### WORK REQUEST
Please filter the data down to the lines that include the word "extrude" and copy them.

Collected data:
▬▬▬

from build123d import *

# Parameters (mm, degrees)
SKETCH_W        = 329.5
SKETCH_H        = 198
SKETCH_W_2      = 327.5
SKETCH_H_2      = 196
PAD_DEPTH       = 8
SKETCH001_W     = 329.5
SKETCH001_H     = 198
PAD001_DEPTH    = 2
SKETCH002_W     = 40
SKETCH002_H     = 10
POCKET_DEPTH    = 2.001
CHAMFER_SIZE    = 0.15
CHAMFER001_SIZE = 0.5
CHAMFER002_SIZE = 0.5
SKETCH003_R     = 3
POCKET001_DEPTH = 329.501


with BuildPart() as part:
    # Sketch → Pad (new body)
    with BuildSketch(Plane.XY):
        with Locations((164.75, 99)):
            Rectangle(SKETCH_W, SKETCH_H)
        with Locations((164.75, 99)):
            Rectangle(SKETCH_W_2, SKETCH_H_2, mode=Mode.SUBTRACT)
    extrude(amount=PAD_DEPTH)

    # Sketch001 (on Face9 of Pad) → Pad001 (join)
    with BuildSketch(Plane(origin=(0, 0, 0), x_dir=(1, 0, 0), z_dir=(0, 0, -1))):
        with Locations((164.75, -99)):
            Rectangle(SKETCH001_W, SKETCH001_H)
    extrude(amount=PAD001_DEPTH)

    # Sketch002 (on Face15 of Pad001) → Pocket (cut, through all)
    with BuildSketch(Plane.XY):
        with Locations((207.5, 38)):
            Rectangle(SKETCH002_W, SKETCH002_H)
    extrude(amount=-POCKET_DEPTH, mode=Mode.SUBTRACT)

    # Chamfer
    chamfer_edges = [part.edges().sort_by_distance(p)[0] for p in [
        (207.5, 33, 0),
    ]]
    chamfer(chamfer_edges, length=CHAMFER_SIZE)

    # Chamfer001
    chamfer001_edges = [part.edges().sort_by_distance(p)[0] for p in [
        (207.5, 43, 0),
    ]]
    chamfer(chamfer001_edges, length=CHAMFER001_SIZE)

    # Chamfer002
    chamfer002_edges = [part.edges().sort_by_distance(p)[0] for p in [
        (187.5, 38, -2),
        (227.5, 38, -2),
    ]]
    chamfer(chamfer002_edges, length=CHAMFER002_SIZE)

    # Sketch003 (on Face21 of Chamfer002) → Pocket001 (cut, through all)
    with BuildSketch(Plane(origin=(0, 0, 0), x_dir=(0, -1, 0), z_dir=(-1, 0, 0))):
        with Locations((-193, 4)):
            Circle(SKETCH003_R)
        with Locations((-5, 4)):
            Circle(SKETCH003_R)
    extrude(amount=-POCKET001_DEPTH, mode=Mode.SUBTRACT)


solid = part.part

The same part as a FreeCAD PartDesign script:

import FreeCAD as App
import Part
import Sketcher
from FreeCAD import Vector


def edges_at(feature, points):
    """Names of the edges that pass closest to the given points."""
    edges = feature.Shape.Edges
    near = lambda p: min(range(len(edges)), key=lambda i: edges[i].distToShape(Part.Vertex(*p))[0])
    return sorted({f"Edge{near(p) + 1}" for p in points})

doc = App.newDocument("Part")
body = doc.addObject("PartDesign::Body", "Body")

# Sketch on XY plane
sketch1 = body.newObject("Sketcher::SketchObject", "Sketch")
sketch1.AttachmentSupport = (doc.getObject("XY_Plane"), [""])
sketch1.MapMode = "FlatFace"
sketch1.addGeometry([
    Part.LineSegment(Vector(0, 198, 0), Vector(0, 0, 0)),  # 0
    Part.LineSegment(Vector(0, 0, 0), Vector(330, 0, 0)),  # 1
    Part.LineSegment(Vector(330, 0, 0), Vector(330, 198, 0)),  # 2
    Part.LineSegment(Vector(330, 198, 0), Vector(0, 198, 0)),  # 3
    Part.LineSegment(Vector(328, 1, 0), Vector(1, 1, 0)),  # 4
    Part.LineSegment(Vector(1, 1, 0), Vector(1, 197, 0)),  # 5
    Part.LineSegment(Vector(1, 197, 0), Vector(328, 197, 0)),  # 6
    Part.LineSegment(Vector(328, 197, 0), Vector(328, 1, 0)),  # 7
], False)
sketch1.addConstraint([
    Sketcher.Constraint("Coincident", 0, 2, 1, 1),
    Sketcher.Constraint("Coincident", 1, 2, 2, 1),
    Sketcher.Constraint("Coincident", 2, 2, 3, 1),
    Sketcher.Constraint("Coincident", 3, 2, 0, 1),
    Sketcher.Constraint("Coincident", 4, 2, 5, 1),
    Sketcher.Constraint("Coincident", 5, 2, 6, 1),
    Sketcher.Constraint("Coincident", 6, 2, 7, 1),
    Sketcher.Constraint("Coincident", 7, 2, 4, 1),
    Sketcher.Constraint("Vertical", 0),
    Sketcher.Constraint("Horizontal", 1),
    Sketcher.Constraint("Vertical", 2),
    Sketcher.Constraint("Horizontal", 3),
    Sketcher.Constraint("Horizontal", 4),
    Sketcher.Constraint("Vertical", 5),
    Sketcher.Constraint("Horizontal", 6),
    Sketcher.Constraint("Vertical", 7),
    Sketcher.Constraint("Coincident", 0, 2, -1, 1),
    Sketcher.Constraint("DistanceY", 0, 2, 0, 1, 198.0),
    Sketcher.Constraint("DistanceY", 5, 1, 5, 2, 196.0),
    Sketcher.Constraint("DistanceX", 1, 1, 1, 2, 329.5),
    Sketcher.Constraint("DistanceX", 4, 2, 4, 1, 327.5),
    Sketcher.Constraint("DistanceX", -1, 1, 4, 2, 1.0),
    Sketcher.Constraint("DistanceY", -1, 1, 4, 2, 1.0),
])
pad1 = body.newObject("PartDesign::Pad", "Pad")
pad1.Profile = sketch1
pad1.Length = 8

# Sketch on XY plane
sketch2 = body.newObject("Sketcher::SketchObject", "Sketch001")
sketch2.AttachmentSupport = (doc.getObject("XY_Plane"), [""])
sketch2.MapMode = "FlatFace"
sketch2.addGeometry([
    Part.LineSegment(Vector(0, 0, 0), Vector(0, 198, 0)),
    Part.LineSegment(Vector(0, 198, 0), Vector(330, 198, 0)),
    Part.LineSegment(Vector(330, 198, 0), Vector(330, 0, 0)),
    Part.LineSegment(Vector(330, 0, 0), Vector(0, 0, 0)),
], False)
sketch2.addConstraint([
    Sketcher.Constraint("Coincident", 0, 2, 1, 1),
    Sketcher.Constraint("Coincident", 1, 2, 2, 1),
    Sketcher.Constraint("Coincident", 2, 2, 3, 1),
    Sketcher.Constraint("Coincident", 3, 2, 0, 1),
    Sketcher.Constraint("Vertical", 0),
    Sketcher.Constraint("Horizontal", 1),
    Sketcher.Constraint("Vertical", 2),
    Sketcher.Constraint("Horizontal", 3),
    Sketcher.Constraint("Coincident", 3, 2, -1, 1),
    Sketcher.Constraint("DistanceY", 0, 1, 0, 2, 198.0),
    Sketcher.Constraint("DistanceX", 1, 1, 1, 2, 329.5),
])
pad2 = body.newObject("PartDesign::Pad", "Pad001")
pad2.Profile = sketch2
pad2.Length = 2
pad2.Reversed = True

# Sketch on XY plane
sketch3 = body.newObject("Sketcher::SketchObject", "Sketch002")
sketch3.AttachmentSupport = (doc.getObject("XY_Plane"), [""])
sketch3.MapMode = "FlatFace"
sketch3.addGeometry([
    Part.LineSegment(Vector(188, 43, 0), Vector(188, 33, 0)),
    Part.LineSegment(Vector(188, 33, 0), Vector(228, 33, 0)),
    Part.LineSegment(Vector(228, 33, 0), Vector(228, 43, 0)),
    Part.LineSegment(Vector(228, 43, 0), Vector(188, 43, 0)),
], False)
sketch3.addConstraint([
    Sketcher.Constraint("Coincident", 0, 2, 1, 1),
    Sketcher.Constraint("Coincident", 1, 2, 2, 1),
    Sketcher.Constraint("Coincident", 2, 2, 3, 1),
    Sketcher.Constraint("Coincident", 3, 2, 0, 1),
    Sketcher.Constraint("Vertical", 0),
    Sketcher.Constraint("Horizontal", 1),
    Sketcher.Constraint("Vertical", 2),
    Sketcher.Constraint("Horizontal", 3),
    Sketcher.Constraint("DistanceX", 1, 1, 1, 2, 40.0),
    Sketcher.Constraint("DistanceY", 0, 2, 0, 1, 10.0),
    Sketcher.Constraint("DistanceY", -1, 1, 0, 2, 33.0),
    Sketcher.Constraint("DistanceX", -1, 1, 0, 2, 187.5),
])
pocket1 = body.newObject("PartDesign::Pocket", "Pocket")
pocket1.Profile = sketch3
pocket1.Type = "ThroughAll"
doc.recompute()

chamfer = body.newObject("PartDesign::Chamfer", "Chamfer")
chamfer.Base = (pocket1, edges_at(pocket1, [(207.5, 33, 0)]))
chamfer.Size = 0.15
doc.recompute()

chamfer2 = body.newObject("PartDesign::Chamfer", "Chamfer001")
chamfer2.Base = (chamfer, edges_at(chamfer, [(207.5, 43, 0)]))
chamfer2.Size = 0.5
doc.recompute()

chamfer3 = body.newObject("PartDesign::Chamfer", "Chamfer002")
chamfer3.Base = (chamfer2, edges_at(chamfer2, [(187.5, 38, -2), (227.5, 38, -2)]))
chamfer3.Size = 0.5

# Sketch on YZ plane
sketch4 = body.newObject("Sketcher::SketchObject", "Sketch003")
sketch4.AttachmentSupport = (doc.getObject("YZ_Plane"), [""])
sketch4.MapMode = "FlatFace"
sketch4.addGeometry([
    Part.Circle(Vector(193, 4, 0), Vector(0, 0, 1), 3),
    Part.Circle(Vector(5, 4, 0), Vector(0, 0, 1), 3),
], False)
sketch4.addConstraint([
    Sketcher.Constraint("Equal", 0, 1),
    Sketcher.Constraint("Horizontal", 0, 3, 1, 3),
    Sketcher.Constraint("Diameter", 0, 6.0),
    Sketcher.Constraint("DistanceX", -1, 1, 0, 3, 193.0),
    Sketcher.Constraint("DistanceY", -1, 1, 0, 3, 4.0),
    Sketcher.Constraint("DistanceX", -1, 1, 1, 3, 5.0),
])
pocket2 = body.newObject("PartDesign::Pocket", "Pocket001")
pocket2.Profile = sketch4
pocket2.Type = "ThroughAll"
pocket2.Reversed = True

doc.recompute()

▬▬▬

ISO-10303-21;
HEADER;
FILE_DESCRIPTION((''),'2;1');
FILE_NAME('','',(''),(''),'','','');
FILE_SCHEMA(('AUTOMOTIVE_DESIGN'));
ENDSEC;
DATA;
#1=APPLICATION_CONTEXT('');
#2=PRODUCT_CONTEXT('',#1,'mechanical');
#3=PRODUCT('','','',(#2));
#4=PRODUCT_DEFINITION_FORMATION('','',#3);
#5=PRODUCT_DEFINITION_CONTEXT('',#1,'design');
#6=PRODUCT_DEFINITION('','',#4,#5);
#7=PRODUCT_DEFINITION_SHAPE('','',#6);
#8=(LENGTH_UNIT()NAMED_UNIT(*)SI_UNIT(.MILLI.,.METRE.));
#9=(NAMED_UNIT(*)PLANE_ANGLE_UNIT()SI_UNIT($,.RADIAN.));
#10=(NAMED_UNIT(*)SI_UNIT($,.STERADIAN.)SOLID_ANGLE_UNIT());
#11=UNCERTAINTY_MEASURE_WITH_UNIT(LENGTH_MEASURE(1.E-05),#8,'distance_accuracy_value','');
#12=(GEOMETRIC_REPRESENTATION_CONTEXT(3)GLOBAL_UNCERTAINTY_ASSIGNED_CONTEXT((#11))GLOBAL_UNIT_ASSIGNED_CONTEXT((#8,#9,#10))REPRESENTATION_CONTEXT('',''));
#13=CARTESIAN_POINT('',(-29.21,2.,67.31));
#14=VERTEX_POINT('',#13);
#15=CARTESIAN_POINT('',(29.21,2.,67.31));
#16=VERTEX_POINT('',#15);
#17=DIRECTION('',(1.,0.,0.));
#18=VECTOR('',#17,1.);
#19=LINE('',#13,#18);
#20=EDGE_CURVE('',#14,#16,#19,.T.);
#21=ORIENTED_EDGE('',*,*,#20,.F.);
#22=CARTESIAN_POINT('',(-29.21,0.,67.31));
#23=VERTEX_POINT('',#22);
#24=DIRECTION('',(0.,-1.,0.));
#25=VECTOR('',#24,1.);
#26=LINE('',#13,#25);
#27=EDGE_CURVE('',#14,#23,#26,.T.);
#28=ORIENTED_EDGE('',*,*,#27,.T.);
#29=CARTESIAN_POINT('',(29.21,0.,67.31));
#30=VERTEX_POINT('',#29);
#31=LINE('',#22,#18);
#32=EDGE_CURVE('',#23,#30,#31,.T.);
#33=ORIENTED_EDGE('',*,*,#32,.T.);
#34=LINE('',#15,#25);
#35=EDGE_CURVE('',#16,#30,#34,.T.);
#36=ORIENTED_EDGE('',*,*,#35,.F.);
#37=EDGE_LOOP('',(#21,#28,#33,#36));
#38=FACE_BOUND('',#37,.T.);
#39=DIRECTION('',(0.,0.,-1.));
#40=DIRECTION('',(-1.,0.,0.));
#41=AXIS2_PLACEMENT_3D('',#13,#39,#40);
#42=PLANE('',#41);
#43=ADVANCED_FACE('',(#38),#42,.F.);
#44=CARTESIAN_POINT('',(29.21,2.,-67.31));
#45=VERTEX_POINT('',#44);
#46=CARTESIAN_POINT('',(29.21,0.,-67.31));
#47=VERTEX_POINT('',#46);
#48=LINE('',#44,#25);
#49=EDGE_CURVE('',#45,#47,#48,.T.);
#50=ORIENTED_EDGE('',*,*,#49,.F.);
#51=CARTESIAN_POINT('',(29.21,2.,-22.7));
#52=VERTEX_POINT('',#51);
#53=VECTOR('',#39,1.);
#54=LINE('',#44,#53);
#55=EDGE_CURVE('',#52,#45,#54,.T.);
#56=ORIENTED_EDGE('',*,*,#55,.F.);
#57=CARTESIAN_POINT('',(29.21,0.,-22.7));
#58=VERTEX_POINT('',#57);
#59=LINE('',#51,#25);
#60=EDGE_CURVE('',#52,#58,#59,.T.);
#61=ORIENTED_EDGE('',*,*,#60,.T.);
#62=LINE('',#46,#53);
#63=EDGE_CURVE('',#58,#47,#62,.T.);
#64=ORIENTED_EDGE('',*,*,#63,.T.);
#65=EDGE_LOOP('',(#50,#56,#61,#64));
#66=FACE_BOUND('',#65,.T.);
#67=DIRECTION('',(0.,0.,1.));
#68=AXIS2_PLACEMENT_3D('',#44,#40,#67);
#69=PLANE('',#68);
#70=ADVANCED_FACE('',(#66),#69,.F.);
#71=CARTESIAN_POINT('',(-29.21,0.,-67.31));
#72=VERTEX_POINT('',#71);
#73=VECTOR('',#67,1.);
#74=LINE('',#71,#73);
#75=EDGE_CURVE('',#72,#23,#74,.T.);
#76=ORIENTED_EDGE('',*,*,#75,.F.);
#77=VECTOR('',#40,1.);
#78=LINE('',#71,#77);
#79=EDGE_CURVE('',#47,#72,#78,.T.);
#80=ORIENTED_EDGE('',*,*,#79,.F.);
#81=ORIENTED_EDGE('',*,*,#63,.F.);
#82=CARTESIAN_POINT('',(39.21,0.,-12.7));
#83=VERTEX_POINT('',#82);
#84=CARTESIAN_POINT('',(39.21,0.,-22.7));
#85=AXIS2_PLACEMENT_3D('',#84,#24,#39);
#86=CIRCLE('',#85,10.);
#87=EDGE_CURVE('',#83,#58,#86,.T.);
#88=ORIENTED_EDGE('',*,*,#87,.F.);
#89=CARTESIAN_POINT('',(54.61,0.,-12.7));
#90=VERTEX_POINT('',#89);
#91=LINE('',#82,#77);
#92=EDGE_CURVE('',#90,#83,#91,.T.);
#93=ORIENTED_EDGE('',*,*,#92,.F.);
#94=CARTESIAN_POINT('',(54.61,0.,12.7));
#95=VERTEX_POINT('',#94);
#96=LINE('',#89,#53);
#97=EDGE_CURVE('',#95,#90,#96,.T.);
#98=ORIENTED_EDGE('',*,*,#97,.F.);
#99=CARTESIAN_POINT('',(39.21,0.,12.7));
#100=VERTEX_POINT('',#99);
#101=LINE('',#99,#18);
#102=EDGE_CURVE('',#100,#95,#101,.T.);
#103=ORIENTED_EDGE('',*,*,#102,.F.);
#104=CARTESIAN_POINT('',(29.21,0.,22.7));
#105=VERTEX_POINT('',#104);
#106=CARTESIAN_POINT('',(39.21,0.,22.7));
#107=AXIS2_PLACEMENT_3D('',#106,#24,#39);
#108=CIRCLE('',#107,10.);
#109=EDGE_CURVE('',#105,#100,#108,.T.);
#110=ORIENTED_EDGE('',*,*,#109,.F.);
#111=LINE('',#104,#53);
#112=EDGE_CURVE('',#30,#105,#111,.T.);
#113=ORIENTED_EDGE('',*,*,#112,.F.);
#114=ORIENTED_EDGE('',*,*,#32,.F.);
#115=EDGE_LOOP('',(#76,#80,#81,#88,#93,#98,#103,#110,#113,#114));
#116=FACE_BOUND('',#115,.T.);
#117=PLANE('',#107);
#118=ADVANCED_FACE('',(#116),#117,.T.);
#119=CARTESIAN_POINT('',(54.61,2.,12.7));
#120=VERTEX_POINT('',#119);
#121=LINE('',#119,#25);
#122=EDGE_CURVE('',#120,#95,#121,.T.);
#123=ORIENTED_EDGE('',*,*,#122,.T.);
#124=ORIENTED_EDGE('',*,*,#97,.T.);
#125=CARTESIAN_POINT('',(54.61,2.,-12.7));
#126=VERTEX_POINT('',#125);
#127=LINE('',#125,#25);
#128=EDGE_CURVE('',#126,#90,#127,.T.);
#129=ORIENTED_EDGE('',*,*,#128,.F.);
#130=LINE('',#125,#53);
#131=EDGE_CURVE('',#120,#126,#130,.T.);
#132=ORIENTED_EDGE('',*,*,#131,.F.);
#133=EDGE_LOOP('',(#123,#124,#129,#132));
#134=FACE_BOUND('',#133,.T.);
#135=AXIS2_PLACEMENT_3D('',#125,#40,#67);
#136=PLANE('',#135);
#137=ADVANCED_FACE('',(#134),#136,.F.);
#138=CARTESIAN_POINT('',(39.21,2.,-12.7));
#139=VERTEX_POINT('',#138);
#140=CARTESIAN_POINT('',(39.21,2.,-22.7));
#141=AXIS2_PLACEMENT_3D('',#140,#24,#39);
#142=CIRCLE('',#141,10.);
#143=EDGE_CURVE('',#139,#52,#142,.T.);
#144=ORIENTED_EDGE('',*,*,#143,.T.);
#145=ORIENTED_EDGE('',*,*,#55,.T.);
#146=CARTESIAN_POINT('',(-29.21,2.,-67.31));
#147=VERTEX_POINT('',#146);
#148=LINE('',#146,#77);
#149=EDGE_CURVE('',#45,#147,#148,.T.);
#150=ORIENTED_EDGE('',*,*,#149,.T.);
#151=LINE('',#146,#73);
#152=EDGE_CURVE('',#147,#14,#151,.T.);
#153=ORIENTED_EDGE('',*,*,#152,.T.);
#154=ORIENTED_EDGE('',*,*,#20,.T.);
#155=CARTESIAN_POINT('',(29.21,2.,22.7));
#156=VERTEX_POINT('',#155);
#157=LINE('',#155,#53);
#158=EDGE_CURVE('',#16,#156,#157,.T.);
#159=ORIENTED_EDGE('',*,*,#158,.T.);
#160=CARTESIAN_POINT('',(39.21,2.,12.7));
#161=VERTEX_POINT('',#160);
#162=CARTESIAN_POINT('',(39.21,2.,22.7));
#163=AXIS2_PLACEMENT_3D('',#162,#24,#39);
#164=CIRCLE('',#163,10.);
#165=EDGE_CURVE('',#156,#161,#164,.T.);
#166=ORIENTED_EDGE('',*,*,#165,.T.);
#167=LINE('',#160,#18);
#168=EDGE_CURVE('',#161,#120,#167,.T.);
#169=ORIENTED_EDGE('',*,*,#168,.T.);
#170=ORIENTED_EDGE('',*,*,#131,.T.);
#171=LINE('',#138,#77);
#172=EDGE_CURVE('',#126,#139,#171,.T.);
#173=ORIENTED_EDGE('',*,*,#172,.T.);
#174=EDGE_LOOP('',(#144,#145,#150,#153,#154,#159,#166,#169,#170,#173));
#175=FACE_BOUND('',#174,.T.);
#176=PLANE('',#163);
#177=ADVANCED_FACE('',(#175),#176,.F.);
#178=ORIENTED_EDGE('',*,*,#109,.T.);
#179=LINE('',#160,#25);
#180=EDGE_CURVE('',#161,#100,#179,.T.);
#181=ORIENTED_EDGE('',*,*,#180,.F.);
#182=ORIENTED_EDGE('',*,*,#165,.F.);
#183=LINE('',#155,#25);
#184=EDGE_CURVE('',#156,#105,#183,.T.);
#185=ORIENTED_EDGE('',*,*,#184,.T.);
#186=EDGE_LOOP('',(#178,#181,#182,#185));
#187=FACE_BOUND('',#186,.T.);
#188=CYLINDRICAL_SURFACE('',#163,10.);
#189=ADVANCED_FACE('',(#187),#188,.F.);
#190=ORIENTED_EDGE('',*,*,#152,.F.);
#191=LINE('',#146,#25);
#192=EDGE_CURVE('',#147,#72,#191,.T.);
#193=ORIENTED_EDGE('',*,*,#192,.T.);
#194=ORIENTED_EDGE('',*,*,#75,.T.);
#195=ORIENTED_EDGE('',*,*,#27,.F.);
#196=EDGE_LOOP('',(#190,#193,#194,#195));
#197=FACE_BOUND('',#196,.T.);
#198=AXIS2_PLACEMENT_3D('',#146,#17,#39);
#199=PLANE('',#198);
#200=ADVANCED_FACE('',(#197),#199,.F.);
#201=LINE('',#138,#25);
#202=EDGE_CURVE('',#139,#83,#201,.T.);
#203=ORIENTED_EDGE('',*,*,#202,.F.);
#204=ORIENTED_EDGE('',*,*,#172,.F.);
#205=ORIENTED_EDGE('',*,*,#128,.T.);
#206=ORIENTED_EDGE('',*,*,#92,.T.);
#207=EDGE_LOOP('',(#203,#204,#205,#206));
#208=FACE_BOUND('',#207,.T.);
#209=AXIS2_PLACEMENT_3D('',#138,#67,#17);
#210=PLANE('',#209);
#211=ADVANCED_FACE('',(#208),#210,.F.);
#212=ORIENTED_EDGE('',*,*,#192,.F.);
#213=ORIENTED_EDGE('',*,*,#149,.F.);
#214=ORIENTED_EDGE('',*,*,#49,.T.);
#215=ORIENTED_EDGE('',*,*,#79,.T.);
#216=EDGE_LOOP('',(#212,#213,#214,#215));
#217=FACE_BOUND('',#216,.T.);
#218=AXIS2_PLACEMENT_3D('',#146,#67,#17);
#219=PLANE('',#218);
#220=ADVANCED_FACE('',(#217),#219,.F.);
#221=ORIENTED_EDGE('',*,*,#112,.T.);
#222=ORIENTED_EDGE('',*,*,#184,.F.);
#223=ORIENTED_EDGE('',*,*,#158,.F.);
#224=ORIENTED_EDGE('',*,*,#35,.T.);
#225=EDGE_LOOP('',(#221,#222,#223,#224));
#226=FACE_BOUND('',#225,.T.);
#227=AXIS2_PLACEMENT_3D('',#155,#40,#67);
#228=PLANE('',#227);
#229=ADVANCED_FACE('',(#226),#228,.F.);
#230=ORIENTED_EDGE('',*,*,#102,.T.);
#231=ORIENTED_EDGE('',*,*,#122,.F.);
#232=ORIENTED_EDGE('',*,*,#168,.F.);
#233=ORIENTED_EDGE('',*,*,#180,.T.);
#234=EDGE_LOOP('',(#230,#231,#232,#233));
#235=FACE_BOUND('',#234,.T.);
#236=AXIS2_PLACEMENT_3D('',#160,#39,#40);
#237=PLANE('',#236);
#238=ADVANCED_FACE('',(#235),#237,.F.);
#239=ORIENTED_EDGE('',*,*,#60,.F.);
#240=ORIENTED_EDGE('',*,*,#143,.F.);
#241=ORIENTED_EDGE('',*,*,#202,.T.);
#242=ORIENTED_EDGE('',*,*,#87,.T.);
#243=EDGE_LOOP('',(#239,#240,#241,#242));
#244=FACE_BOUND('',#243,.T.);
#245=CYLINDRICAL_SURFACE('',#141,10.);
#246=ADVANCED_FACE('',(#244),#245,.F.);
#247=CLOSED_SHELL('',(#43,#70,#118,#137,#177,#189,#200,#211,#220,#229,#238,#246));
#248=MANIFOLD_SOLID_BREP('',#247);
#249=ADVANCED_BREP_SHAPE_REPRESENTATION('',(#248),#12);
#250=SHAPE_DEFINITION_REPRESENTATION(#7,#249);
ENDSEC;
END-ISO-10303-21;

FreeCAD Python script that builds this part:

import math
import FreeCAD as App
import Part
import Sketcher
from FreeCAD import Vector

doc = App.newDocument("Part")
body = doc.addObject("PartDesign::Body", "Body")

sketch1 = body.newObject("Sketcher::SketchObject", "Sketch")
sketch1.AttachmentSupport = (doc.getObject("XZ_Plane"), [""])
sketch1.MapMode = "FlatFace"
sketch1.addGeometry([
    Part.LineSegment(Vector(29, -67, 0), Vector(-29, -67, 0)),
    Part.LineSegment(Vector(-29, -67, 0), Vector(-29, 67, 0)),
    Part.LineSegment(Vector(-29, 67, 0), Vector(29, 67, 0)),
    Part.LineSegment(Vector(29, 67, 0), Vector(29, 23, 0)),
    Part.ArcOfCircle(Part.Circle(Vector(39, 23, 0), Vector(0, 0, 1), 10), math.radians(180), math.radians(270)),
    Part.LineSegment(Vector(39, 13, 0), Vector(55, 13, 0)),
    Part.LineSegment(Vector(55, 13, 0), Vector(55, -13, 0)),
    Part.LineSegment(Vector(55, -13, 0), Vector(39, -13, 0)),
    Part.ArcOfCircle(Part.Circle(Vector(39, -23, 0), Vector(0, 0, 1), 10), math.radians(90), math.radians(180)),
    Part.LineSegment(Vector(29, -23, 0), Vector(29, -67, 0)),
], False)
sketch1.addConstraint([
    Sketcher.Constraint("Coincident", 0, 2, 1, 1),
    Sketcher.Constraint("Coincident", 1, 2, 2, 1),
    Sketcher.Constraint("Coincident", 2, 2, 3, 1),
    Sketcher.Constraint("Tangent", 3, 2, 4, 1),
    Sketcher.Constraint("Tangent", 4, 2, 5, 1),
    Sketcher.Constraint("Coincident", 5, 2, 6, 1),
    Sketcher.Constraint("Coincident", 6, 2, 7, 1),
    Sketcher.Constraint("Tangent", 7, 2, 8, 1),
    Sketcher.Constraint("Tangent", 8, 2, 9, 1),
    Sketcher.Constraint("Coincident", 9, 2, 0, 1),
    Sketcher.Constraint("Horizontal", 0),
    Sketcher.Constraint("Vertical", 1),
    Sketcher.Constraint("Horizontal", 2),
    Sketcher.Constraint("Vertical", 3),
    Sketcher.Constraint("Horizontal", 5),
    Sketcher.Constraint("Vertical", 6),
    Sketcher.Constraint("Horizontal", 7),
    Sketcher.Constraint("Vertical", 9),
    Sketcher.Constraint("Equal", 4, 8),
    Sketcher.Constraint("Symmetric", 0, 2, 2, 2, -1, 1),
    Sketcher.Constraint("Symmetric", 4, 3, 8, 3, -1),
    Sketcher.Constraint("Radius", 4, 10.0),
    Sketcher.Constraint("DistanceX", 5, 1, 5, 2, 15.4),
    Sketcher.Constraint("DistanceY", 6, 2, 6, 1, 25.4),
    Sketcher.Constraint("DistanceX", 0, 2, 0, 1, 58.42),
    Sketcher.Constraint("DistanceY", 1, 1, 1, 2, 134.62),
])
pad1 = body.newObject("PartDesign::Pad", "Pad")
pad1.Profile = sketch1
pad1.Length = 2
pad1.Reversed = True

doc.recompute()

▬▬▬

### RESPONSE TO THE EXERCISE
    extrude(amount=PAD_DEPTH)
    extrude(amount=PAD001_DEPTH)
    extrude(amount=-POCKET_DEPTH, mode=Mode.SUBTRACT)
    extrude(amount=-POCKET001_DEPTH, mode=Mode.SUBTRACT)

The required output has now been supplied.